Despite widespread concern about the current problems abroad, the outlook for the Australian economy remains positive
THERE ARE many factors impacting on the Australian economy, producing different outcomes throughout.
The rapid expansion of minerals-related investment is providing a significant fillip to the Australian economy.
These projects are locked in, and will occur irrespective of events in Europe.
Ongoing strong growth in China and the rest of emerging Asia will continue to support minerals prices and the Australian economy more generally.
“The engineering construction industry is benefiting most from this activity, but sections of other industries are as well, including some areas of manufacturing, transport, wholesale trade, accommodation, and professional and business services,” BIS Shrapnel’s senior economist Tim Hampton says.
The flip side of the minerals boom is that record high commodity prices – coupled with the poor state of many economies offshore – has seen the Australian dollar rise to post-float highs in nominal terms and near record levels in real terms.
This, in turn, has had a negative impact on Australian tourism as well as many parts of the manufacturing industry.
Other industries are also suffering due to the high Australian dollar, including retail trade, as Australian households spend more of their money offshore.
The completion of the government’s construction stimulus package is weighing heavily on non-residential building activity throughout the country. Public sector wage restraints, the reduction in a range of tax breaks, and a general reduction in departmental expenditure will also reduce activity as the government seeks to achieve and then maintain a fiscal surplus.
Households have been trying to deleverage since the onset of the global financial crisis. As a result, the household saving rate has increased to its highest level since the 1980s, housing credit growth has fallen to its lowest annual rate on record, and the level of business credit remains nearly 10 per cent below its late 2008 peak.

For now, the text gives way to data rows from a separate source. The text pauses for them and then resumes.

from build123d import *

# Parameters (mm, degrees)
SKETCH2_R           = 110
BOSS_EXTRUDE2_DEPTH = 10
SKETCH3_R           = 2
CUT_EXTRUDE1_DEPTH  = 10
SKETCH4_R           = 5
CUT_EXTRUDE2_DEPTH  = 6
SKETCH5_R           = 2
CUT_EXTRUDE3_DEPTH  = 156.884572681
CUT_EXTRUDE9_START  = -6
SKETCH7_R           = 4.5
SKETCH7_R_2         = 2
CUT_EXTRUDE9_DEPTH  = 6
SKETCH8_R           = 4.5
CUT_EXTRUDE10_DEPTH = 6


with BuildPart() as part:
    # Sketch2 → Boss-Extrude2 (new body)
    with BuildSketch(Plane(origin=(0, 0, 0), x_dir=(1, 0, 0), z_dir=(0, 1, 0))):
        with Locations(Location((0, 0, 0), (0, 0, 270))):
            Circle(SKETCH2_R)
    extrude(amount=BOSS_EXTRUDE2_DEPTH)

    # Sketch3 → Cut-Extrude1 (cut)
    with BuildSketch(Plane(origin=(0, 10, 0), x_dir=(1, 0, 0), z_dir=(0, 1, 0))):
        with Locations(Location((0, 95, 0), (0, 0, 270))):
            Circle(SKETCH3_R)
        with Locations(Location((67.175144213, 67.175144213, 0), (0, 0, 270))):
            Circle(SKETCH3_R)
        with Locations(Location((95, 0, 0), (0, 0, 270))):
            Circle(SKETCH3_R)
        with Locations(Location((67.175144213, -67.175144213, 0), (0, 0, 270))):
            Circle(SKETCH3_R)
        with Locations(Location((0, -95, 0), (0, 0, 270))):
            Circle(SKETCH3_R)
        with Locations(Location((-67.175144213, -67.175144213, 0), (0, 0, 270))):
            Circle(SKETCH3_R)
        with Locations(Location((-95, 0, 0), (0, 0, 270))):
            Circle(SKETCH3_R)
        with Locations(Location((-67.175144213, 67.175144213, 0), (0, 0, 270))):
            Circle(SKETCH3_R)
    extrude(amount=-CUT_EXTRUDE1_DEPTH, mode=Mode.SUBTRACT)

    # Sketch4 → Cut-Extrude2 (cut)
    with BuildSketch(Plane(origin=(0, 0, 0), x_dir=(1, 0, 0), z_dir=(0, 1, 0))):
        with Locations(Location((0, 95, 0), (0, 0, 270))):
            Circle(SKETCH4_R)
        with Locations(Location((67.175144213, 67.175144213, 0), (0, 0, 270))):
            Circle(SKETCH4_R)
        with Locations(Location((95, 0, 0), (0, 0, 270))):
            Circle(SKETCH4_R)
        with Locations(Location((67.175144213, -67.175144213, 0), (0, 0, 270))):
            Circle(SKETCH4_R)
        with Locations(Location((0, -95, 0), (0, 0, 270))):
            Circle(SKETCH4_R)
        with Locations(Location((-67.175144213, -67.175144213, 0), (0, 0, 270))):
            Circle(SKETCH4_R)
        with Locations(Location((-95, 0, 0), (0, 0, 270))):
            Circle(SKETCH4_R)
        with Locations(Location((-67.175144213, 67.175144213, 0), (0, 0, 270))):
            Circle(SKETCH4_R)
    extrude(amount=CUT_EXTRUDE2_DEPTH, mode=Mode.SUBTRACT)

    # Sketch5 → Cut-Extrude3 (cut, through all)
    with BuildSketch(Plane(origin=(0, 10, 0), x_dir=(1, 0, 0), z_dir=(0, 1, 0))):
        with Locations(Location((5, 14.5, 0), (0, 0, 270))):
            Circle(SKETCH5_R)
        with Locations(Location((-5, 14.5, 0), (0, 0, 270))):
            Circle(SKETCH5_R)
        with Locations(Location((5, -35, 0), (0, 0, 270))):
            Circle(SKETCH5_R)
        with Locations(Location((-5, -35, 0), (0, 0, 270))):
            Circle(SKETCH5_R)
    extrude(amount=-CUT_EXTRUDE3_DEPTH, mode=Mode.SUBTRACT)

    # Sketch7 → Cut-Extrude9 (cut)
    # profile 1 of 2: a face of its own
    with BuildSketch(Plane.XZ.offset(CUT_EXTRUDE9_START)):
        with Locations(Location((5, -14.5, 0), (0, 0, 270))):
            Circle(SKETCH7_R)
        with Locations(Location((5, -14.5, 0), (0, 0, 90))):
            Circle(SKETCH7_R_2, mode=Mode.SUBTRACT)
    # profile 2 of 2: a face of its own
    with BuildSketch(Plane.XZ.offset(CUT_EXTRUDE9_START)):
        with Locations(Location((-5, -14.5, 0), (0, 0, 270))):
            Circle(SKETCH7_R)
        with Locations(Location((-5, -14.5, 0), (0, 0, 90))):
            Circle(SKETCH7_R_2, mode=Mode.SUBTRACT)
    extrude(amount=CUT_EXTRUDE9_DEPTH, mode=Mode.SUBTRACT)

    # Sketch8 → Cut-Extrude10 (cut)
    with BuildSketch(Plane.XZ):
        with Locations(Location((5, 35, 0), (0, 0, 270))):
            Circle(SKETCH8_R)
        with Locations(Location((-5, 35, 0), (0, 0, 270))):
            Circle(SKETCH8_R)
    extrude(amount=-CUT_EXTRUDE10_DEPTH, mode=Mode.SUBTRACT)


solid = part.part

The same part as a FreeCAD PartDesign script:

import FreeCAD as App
import Part
import Sketcher

V = App.Vector
Q = App.Units.Quantity

doc = App.newDocument("Part")
body = doc.addObject("PartDesign::Body", "Body")

# Sketch on XZ plane
sketch1 = body.newObject("Sketcher::SketchObject", "Sketch")
sketch1.AttachmentSupport = (doc.getObject("XZ_Plane"), [""])
sketch1.MapMode = "FlatFace"
sketch1.addGeometry(Part.Circle(V(0, 0, 0), V(0, 0, 1), 110), False)
sketch1.addConstraint(Sketcher.Constraint("Coincident", 0, 3, -1, 1))
sketch1.addConstraint(Sketcher.Constraint("Diameter", 0, Q("220 mm")))
pad1 = body.newObject("PartDesign::Pad", "Pad")
pad1.Profile = sketch1
pad1.Length = 10
pad1.Reversed = True

# Sketch on XZ plane
sketch2 = body.newObject("Sketcher::SketchObject", "Sketch001")
sketch2.AttachmentSupport = (doc.getObject("XZ_Plane"), [""])
sketch2.MapMode = "FlatFace"
sketch2.AttachmentOffset = App.Placement(V(0, 0, -10), App.Rotation())
sketch2.addGeometry(Part.Circle(V(0, -95, 0), V(0, 0, 1), 2), False)
sketch2.addGeometry(Part.Circle(V(67.2, -67.2, 0), V(0, 0, 1), 2), False)
sketch2.addGeometry(Part.Circle(V(95, 0, 0), V(0, 0, 1), 2), False)
sketch2.addGeometry(Part.Circle(V(67.2, 67.2, 0), V(0, 0, 1), 2), False)
sketch2.addGeometry(Part.Circle(V(0, 95, 0), V(0, 0, 1), 2), False)
sketch2.addGeometry(Part.Circle(V(-67.2, 67.2, 0), V(0, 0, 1), 2), False)
sketch2.addGeometry(Part.Circle(V(-95, 0, 0), V(0, 0, 1), 2), False)
sketch2.addGeometry(Part.Circle(V(-67.2, -67.2, 0), V(0, 0, 1), 2), False)
sketch2.addConstraint(Sketcher.Constraint("Equal", 0, 1))
sketch2.addConstraint(Sketcher.Constraint("Equal", 1, 2))
sketch2.addConstraint(Sketcher.Constraint("Equal", 2, 3))
sketch2.addConstraint(Sketcher.Constraint("Equal", 3, 4))
sketch2.addConstraint(Sketcher.Constraint("Equal", 4, 5))
sketch2.addConstraint(Sketcher.Constraint("Equal", 5, 6))
sketch2.addConstraint(Sketcher.Constraint("Equal", 6, 7))
sketch2.addConstraint(Sketcher.Constraint("Symmetric", 0, 3, 4, 3, -1, 1))
sketch2.addConstraint(Sketcher.Constraint("Symmetric", 1, 3, 5, 3, -1, 1))
sketch2.addConstraint(Sketcher.Constraint("Symmetric", 2, 3, 6, 3, -1, 1))
sketch2.addConstraint(Sketcher.Constraint("Symmetric", 3, 3, 7, 3, -1, 1))
sketch2.addConstraint(Sketcher.Constraint("Symmetric", 3, 3, 5, 3, -2))
sketch2.addConstraint(Sketcher.Constraint("PointOnObject", 0, 3, -2))
sketch2.addConstraint(Sketcher.Constraint("PointOnObject", 2, 3, -1))
sketch2.addConstraint(Sketcher.Constraint("Diameter", 0, Q("4 mm")))
sketch2.addConstraint(Sketcher.Constraint("DistanceY", 0, 3, -1, 1, Q("95 mm")))
sketch2.addConstraint(Sketcher.Constraint("DistanceX", -1, 1, 2, 3, Q("95 mm")))
sketch2.addConstraint(Sketcher.Constraint("DistanceY", 1, 3, 3, 3, Q("134.350288 mm")))
sketch2.addConstraint(Sketcher.Constraint("DistanceX", 5, 3, 3, 3, Q("134.350288 mm")))
pocket1 = body.newObject("PartDesign::Pocket", "Pocket")
pocket1.Profile = sketch2
pocket1.Length = 10
pocket1.Reversed = True

# Sketch on XZ plane
sketch3 = body.newObject("Sketcher::SketchObject", "Sketch002")
sketch3.AttachmentSupport = (doc.getObject("XZ_Plane"), [""])
sketch3.MapMode = "FlatFace"
sketch3.addGeometry(Part.Circle(V(0, -95, 0), V(0, 0, 1), 5), False)
sketch3.addGeometry(Part.Circle(V(67, -67, 0), V(0, 0, 1), 5), False)
sketch3.addGeometry(Part.Circle(V(95, 0, 0), V(0, 0, 1), 5), False)
sketch3.addGeometry(Part.Circle(V(67, 67, 0), V(0, 0, 1), 5), False)
sketch3.addGeometry(Part.Circle(V(0, 95, 0), V(0, 0, 1), 5), False)
sketch3.addGeometry(Part.Circle(V(-67, 67, 0), V(0, 0, 1), 5), False)
sketch3.addGeometry(Part.Circle(V(-95, 0, 0), V(0, 0, 1), 5), False)
sketch3.addGeometry(Part.Circle(V(-67, -67, 0), V(0, 0, 1), 5), False)
sketch3.addConstraint(Sketcher.Constraint("Equal", 0, 1))
sketch3.addConstraint(Sketcher.Constraint("Equal", 1, 2))
sketch3.addConstraint(Sketcher.Constraint("Equal", 2, 3))
sketch3.addConstraint(Sketcher.Constraint("Equal", 3, 4))
sketch3.addConstraint(Sketcher.Constraint("Equal", 4, 5))
sketch3.addConstraint(Sketcher.Constraint("Equal", 5, 6))
sketch3.addConstraint(Sketcher.Constraint("Equal", 6, 7))
sketch3.addConstraint(Sketcher.Constraint("Symmetric", 0, 3, 4, 3, -1, 1))
sketch3.addConstraint(Sketcher.Constraint("Symmetric", 1, 3, 5, 3, -1, 1))
sketch3.addConstraint(Sketcher.Constraint("Symmetric", 2, 3, 6, 3, -1, 1))
sketch3.addConstraint(Sketcher.Constraint("Symmetric", 3, 3, 7, 3, -1, 1))
sketch3.addConstraint(Sketcher.Constraint("Symmetric", 3, 3, 5, 3, -2))
sketch3.addConstraint(Sketcher.Constraint("PointOnObject", 0, 3, -2))
sketch3.addConstraint(Sketcher.Constraint("PointOnObject", 2, 3, -1))
sketch3.addConstraint(Sketcher.Constraint("Diameter", 0, Q("10 mm")))
sketch3.addConstraint(Sketcher.Constraint("DistanceY", 0, 3, -1, 1, Q("95 mm")))
sketch3.addConstraint(Sketcher.Constraint("DistanceX", -1, 1, 2, 3, Q("95 mm")))
sketch3.addConstraint(Sketcher.Constraint("DistanceY", 1, 3, 3, 3, Q("134.350288 mm")))
sketch3.addConstraint(Sketcher.Constraint("DistanceX", 5, 3, 3, 3, Q("134.350288 mm")))
pocket2 = body.newObject("PartDesign::Pocket", "Pocket001")
pocket2.Profile = sketch3
pocket2.Length = 6

# Sketch on XZ plane
sketch4 = body.newObject("Sketcher::SketchObject", "Sketch003")
sketch4.AttachmentSupport = (doc.getObject("XZ_Plane"), [""])
sketch4.MapMode = "FlatFace"
sketch4.AttachmentOffset = App.Placement(V(0, 0, -10), App.Rotation())
sketch4.addGeometry(Part.Circle(V(5, -14.5, 0), V(0, 0, 1), 2), False)
sketch4.addGeometry(Part.Circle(V(-5, -14.5, 0), V(0, 0, 1), 2), False)
sketch4.addGeometry(Part.Circle(V(5, 35, 0), V(0, 0, 1), 2), False)
sketch4.addGeometry(Part.Circle(V(-5, 35, 0), V(0, 0, 1), 2), False)
sketch4.addConstraint(Sketcher.Constraint("Equal", 0, 1))
sketch4.addConstraint(Sketcher.Constraint("Equal", 1, 2))
sketch4.addConstraint(Sketcher.Constraint("Equal", 2, 3))
sketch4.addConstraint(Sketcher.Constraint("Symmetric", 0, 3, 1, 3, -2))
sketch4.addConstraint(Sketcher.Constraint("Symmetric", 2, 3, 3, 3, -2))
sketch4.addConstraint(Sketcher.Constraint("Vertical", 0, 3, 2, 3))
sketch4.addConstraint(Sketcher.Constraint("Diameter", 0, Q("4 mm")))
sketch4.addConstraint(Sketcher.Constraint("DistanceX", -1, 1, 0, 3, Q("5 mm")))
sketch4.addConstraint(Sketcher.Constraint("DistanceY", -1, 1, 2, 3, Q("35 mm")))
sketch4.addConstraint(Sketcher.Constraint("DistanceY", 0, 3, -1, 1, Q("14.5 mm")))
pocket3 = body.newObject("PartDesign::Pocket", "Pocket002")
pocket3.Profile = sketch4
pocket3.Type = "ThroughAll"
pocket3.Reversed = True

# Sketch on XZ plane
sketch5 = body.newObject("Sketcher::SketchObject", "Sketch004")
sketch5.AttachmentSupport = (doc.getObject("XZ_Plane"), [""])
sketch5.MapMode = "FlatFace"
sketch5.AttachmentOffset = App.Placement(V(0, 0, -6), App.Rotation())
sketch5.addGeometry(Part.Circle(V(5, -14.5, 0), V(0, 0, 1), 4.5), False)
sketch5.addGeometry(Part.Circle(V(5, -14.5, 0), V(0, 0, 1), 2), False)
sketch5.addGeometry(Part.Circle(V(-5, -14.5, 0), V(0, 0, 1), 4.5), False)
sketch5.addGeometry(Part.Circle(V(-5, -14.5, 0), V(0, 0, 1), 2), False)
sketch5.addConstraint(Sketcher.Constraint("Coincident", 1, 3, 0, 3))
sketch5.addConstraint(Sketcher.Constraint("Coincident", 3, 3, 2, 3))
sketch5.addConstraint(Sketcher.Constraint("Equal", 0, 2))
sketch5.addConstraint(Sketcher.Constraint("Equal", 1, 3))
sketch5.addConstraint(Sketcher.Constraint("Symmetric", 0, 3, 2, 3, -2))
sketch5.addConstraint(Sketcher.Constraint("Diameter", 0, Q("9 mm")))
sketch5.addConstraint(Sketcher.Constraint("Diameter", 1, Q("4 mm")))
sketch5.addConstraint(Sketcher.Constraint("DistanceX", -1, 1, 0, 3, Q("5 mm")))
sketch5.addConstraint(Sketcher.Constraint("DistanceY", 0, 3, -1, 1, Q("14.5 mm")))
pocket4 = body.newObject("PartDesign::Pocket", "Pocket003")
pocket4.Profile = sketch5
pocket4.Length = 6
pocket4.Reversed = True

# Sketch on XZ plane
sketch6 = body.newObject("Sketcher::SketchObject", "Sketch005")
sketch6.AttachmentSupport = (doc.getObject("XZ_Plane"), [""])
sketch6.MapMode = "FlatFace"
sketch6.addGeometry(Part.Circle(V(5, 35, 0), V(0, 0, 1), 4.5), False)
sketch6.addGeometry(Part.Circle(V(-5, 35, 0), V(0, 0, 1), 4.5), False)
sketch6.addConstraint(Sketcher.Constraint("Equal", 0, 1))
sketch6.addConstraint(Sketcher.Constraint("Symmetric", 0, 3, 1, 3, -2))
sketch6.addConstraint(Sketcher.Constraint("Diameter", 0, Q("9 mm")))
sketch6.addConstraint(Sketcher.Constraint("DistanceX", -1, 1, 0, 3, Q("5 mm")))
sketch6.addConstraint(Sketcher.Constraint("DistanceY", -1, 1, 0, 3, Q("35 mm")))
pocket5 = body.newObject("PartDesign::Pocket", "Pocket004")
pocket5.Profile = sketch6
pocket5.Length = 6

doc.recompute()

Business investment outside the mining industry has been weak as a result of businesses deleveraging and maintaining a cost containment/cash preservation focus since the GFC.
This weak investment has had a flow-on impact on those industries servicing that investment.
The negative news coming out of Europe and the United States has weighed heavily on consumer and business confidence. It has also encouraged creditors to tighten lending standards.
As such, Mr Hampton says private dwelling and non-dwelling building activity has been very low for some time. This under-investment has created pent up investment demand, which will drive activity from late this year provided the required funding is available and consumer and business confidence does not take another hit.